Syntax is a mix of C#/pseudo code, but the basic concepts are the same.  This assumes that you’ve set up an multi-index on the collection between the ID and the version.  Thus, when you insert something that already has a matching ID/version, Mongo will tell you of a duplicate key violation, and all is good.

But wait!  Operations are atomic per document!  So what happens if you append 100 events, and it fails on the 43rd one?  Events 1 through 42 will continue to exist in the data store, which is bad news.

Obviously, this solution is not going to work.  The next step was to do something like this:

catch (...)
{
  if (E11000 duplicate keys)
  {
    foreach (var e in events)
      _events.Delete(new { _id = e._id });
 
    throw new ConcurrencyException(...);
  }
}

So, before inserting into the collection, each events gets a generated ObjectID, so that if it fails, the catch exception can simply tell the data store to delete everything.
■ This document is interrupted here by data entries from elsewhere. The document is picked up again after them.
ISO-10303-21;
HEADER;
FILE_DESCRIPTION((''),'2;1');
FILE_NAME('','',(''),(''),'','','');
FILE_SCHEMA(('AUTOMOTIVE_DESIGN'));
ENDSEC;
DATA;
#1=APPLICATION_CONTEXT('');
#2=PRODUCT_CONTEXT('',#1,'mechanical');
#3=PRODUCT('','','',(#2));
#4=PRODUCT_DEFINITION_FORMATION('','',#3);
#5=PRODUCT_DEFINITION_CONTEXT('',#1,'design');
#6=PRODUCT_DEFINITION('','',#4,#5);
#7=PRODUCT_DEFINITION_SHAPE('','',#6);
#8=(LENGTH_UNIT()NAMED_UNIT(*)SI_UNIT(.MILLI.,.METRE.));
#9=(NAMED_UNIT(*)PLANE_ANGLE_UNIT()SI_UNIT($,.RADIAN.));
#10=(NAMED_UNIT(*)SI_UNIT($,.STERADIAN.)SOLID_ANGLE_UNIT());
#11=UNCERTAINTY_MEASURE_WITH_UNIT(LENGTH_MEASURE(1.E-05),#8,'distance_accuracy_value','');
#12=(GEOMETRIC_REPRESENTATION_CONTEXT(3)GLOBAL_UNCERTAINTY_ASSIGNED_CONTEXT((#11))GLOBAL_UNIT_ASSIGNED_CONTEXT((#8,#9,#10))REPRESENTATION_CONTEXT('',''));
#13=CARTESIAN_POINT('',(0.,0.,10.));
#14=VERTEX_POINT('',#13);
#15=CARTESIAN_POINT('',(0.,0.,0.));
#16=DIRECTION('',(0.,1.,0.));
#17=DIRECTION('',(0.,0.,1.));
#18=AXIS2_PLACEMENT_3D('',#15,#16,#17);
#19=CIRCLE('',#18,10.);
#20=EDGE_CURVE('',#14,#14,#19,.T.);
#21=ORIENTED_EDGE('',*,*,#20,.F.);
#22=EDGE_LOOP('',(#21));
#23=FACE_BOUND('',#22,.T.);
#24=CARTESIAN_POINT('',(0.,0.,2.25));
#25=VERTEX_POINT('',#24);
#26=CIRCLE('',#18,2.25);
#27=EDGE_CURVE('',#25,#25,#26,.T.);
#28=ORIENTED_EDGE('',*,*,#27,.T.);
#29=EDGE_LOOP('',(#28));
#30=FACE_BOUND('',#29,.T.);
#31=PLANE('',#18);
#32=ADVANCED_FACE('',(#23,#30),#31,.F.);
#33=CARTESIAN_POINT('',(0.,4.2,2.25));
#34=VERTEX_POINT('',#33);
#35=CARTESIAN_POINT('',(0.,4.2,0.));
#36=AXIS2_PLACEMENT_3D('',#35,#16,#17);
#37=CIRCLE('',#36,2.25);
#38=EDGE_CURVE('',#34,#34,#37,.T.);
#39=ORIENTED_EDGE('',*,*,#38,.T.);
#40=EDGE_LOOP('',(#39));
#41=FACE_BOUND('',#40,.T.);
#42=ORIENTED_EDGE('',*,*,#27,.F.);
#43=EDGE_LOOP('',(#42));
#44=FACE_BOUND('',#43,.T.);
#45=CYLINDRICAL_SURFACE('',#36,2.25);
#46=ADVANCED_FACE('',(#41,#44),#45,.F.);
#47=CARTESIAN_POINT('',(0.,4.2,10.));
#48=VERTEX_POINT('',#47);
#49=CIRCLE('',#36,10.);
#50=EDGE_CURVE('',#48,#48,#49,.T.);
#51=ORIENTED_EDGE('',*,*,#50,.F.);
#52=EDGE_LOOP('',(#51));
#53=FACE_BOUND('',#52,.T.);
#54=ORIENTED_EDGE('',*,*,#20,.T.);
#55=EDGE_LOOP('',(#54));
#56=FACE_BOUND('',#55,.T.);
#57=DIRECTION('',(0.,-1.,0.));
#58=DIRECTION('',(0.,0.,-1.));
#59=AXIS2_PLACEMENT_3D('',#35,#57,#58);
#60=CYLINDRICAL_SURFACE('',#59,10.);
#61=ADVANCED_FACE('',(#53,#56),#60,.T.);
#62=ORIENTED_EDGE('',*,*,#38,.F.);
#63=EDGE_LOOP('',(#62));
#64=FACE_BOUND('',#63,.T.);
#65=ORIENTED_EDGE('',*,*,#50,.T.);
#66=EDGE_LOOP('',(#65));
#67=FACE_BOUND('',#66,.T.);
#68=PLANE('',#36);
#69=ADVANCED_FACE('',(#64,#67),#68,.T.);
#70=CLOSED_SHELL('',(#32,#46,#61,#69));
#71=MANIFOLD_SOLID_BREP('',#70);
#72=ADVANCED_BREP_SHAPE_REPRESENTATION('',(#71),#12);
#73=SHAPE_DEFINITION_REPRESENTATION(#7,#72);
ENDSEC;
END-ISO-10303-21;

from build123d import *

# Parameters (mm, degrees)
SKETCH1_R            = 10
BOSS_EXTRUDE1_DEPTH  = 4.2
M4_CLEARANCE_HOLE1_D = 4.5


with BuildPart() as part:
    # Sketch1 → Boss-Extrude1 (new body)
    with BuildSketch(Plane(origin=(0, 0, 0), x_dir=(1, 0, 0), z_dir=(0, 1, 0))):
        with Locations(Location((0, 0, 0), (0, 0, 270))):
            Circle(SKETCH1_R)
    extrude(amount=BOSS_EXTRUDE1_DEPTH)

    # M4 Clearance Hole1 (through all)
    with Locations(Plane(origin=(0, 4.2, 0), x_dir=(1, 0, 0), z_dir=(0, 1, 0))):
        with Locations((0, 0)):
            Hole(M4_CLEARANCE_HOLE1_D / 2)


solid = part.part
At first glance this seems to fix everything, except for one glaring problem.  What happens if you lose connection to the database before, or midway sending the deletes?  Now you have a problem of ensuring that those deletes are guaranteed, and so then the question that arises from that is where would you store it?  A local file?  Another database?  The problem is, at that moment, if another process in the system queries all events for the same aggregate it will return invalid data.

So, we’re back to square one.  We need to simulate a transaction through a single insert.
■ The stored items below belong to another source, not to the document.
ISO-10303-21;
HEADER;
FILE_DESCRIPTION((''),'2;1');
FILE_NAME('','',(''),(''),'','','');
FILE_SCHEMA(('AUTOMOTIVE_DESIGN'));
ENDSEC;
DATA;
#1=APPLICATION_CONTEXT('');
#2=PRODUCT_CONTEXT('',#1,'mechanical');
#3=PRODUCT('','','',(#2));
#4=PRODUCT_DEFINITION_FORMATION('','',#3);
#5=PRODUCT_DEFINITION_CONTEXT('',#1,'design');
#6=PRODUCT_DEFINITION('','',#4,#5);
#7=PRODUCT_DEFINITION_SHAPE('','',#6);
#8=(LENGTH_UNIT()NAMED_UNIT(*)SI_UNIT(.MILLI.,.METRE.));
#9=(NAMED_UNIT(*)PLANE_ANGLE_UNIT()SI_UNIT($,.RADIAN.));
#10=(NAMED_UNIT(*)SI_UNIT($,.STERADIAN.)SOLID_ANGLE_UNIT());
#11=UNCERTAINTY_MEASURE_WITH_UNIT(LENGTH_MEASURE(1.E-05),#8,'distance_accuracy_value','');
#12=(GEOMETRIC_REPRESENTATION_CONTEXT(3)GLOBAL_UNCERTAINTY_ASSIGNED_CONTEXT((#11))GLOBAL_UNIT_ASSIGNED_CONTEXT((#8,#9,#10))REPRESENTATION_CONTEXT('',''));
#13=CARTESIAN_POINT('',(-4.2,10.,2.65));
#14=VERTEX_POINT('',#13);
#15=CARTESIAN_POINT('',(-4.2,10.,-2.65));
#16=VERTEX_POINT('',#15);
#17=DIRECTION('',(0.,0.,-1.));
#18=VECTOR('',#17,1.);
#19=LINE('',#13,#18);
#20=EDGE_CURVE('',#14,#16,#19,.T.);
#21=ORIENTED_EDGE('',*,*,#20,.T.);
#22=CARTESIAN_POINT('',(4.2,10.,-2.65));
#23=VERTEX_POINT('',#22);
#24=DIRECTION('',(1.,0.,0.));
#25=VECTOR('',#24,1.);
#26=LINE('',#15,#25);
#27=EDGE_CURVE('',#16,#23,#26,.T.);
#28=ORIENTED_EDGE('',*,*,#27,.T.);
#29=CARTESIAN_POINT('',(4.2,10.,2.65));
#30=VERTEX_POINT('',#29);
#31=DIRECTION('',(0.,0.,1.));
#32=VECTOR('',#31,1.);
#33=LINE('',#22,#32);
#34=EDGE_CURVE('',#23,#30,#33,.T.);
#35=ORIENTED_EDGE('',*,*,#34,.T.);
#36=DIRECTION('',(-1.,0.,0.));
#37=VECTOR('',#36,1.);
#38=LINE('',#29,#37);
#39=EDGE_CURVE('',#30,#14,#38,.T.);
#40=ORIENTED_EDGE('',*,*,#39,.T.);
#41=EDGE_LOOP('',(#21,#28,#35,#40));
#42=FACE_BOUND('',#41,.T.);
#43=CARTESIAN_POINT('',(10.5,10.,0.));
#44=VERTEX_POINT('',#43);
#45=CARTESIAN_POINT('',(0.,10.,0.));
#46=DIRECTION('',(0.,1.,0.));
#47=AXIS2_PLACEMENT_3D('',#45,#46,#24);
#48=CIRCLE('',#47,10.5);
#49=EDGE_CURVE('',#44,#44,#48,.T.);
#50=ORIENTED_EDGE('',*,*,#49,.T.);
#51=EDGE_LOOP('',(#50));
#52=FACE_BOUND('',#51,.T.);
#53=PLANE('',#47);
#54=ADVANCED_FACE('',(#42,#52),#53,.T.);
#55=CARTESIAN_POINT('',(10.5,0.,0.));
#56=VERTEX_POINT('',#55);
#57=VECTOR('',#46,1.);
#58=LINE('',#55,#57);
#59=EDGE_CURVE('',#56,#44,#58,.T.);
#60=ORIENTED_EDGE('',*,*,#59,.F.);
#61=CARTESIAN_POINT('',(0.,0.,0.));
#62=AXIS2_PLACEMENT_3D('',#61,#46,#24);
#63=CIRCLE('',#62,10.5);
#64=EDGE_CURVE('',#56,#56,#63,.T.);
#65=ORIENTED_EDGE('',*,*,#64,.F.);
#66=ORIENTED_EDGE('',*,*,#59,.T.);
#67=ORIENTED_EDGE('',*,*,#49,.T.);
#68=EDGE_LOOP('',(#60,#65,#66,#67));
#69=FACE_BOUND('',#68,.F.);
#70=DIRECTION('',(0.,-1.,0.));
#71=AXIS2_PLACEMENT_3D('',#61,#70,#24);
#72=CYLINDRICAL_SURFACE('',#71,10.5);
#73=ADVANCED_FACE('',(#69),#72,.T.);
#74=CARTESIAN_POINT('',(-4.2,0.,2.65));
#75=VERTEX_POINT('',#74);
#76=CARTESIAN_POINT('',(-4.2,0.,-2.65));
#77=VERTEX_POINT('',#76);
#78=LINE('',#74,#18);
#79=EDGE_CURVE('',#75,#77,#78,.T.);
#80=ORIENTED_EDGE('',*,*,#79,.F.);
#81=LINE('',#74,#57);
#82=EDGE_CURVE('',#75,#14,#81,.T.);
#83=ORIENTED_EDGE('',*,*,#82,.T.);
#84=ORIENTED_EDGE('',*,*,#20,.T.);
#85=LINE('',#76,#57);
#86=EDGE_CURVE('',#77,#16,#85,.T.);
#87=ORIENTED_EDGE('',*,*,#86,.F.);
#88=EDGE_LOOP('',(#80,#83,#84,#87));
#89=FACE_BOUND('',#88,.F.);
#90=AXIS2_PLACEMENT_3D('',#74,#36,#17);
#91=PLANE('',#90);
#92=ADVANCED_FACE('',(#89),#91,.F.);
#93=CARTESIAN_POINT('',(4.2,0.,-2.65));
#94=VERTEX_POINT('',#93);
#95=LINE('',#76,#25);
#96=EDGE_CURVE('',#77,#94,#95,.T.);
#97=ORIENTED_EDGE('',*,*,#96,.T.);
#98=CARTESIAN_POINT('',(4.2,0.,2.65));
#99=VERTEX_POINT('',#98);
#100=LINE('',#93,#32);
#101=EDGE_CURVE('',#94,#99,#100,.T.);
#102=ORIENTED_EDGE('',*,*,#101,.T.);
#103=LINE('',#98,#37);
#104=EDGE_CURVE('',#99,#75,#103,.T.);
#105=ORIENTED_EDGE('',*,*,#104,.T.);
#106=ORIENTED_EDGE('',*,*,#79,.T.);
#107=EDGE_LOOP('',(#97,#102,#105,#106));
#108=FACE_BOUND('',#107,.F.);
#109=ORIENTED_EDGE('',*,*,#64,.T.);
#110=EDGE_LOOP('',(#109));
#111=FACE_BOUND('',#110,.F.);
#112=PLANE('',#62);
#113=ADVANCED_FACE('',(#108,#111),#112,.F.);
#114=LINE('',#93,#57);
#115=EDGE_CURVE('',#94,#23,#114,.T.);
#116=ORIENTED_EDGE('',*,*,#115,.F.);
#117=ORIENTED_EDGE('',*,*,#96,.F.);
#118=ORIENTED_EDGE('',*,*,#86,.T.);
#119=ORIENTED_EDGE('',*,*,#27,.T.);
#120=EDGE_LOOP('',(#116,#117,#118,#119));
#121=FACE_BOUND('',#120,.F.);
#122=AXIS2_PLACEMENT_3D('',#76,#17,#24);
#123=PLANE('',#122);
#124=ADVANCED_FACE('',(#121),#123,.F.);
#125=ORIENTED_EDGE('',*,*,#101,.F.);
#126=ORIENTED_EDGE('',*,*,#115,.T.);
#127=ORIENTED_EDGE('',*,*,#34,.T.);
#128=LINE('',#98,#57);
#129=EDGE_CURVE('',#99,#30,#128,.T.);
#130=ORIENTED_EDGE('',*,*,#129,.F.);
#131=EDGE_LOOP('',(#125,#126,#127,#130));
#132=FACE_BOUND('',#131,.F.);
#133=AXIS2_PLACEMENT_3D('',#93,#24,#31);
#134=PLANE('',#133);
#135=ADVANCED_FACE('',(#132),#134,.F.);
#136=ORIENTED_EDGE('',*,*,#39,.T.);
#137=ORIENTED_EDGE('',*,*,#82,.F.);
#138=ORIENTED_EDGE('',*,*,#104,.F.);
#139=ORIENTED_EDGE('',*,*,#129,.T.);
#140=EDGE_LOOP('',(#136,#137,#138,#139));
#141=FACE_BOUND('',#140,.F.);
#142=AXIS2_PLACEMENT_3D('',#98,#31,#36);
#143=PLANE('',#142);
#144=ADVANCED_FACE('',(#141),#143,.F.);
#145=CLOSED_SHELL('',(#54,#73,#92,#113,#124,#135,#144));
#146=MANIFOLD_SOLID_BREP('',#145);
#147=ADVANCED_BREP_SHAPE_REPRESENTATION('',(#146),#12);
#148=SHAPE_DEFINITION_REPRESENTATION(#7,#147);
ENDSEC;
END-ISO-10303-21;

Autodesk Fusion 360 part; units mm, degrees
sketch "Sketch1" plane through (0, 0, 0) normal (0, 1, 0) x (1, 0, 0)
  circle A0 centre (0, 0) radius 10.5
  line L0 (4.2, -2.65) -> (-4.2, -2.65)
  line L1 (-4.2, -2.65) -> (-4.2, 2.65)
  line L2 (-4.2, 2.65) -> (4.2, 2.65)
  line L3 (4.2, 2.65) -> (4.2, -2.65)
  line L4 (4.2, -2.65) -> (-4.2, 2.65) construction
  line L5 (-4.2, -2.65) -> (4.2, 2.65) construction
  dimension "d1" = 21
  dimension "d2" = 8.4
  dimension "d3" = 5.3
extrude "Extrude1" add sketch "Sketch1" along normal blind 10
The secret is in the schema design.  Initially, we started out with a straight forward row-per-event schema.  But since we’re operating with documents, we can model it as a batch of events.

Thus, instead of versioning every event individually, we version a batch of events.  For example, originally we would insert 3 events, and the data saved would look like this:

{ _id = 1, aggregate_id = 1, version = 1, event = { … } }
{ _id = 2, aggregate_id = 1, version = 2, event = { … } }
{ _id = 3, aggregate_id = 1, version = 3, event = { … } }

In the new schema, it would look like this:

{ _id = 1, aggregate_id = 1, version = 1, events = [ { … }, { … }, { … }, { … } ] }

Now, a downside to this approach is you lose a bit of granularity of stored events, since you are grouping multiple events under a single version.  However, I don’t see this as a huge loss since the main reason you want to use event sourcing in the first place is to be able to restore an aggregate to any state in its history, and we still retain that functionality.

In our case, this is working very well for us.  When a command gets handled, it generates a bunch of events that get applied and then saved to MongoDB.  I can’t think of any scenario where it’d want to replay to the middle of a half-processed command (but of course it’s possible anyways, just reply half of a batch of events).  But that’s just asking for trouble.  It’s most likely easier to just the re-process the command.

Now, you may be asking why go through the trouble of batching events when you can just store one document per aggregate, and then put all events in one document?  Yes, that would solve the problem very effectively…until you hit the 4MB per document limit ;-)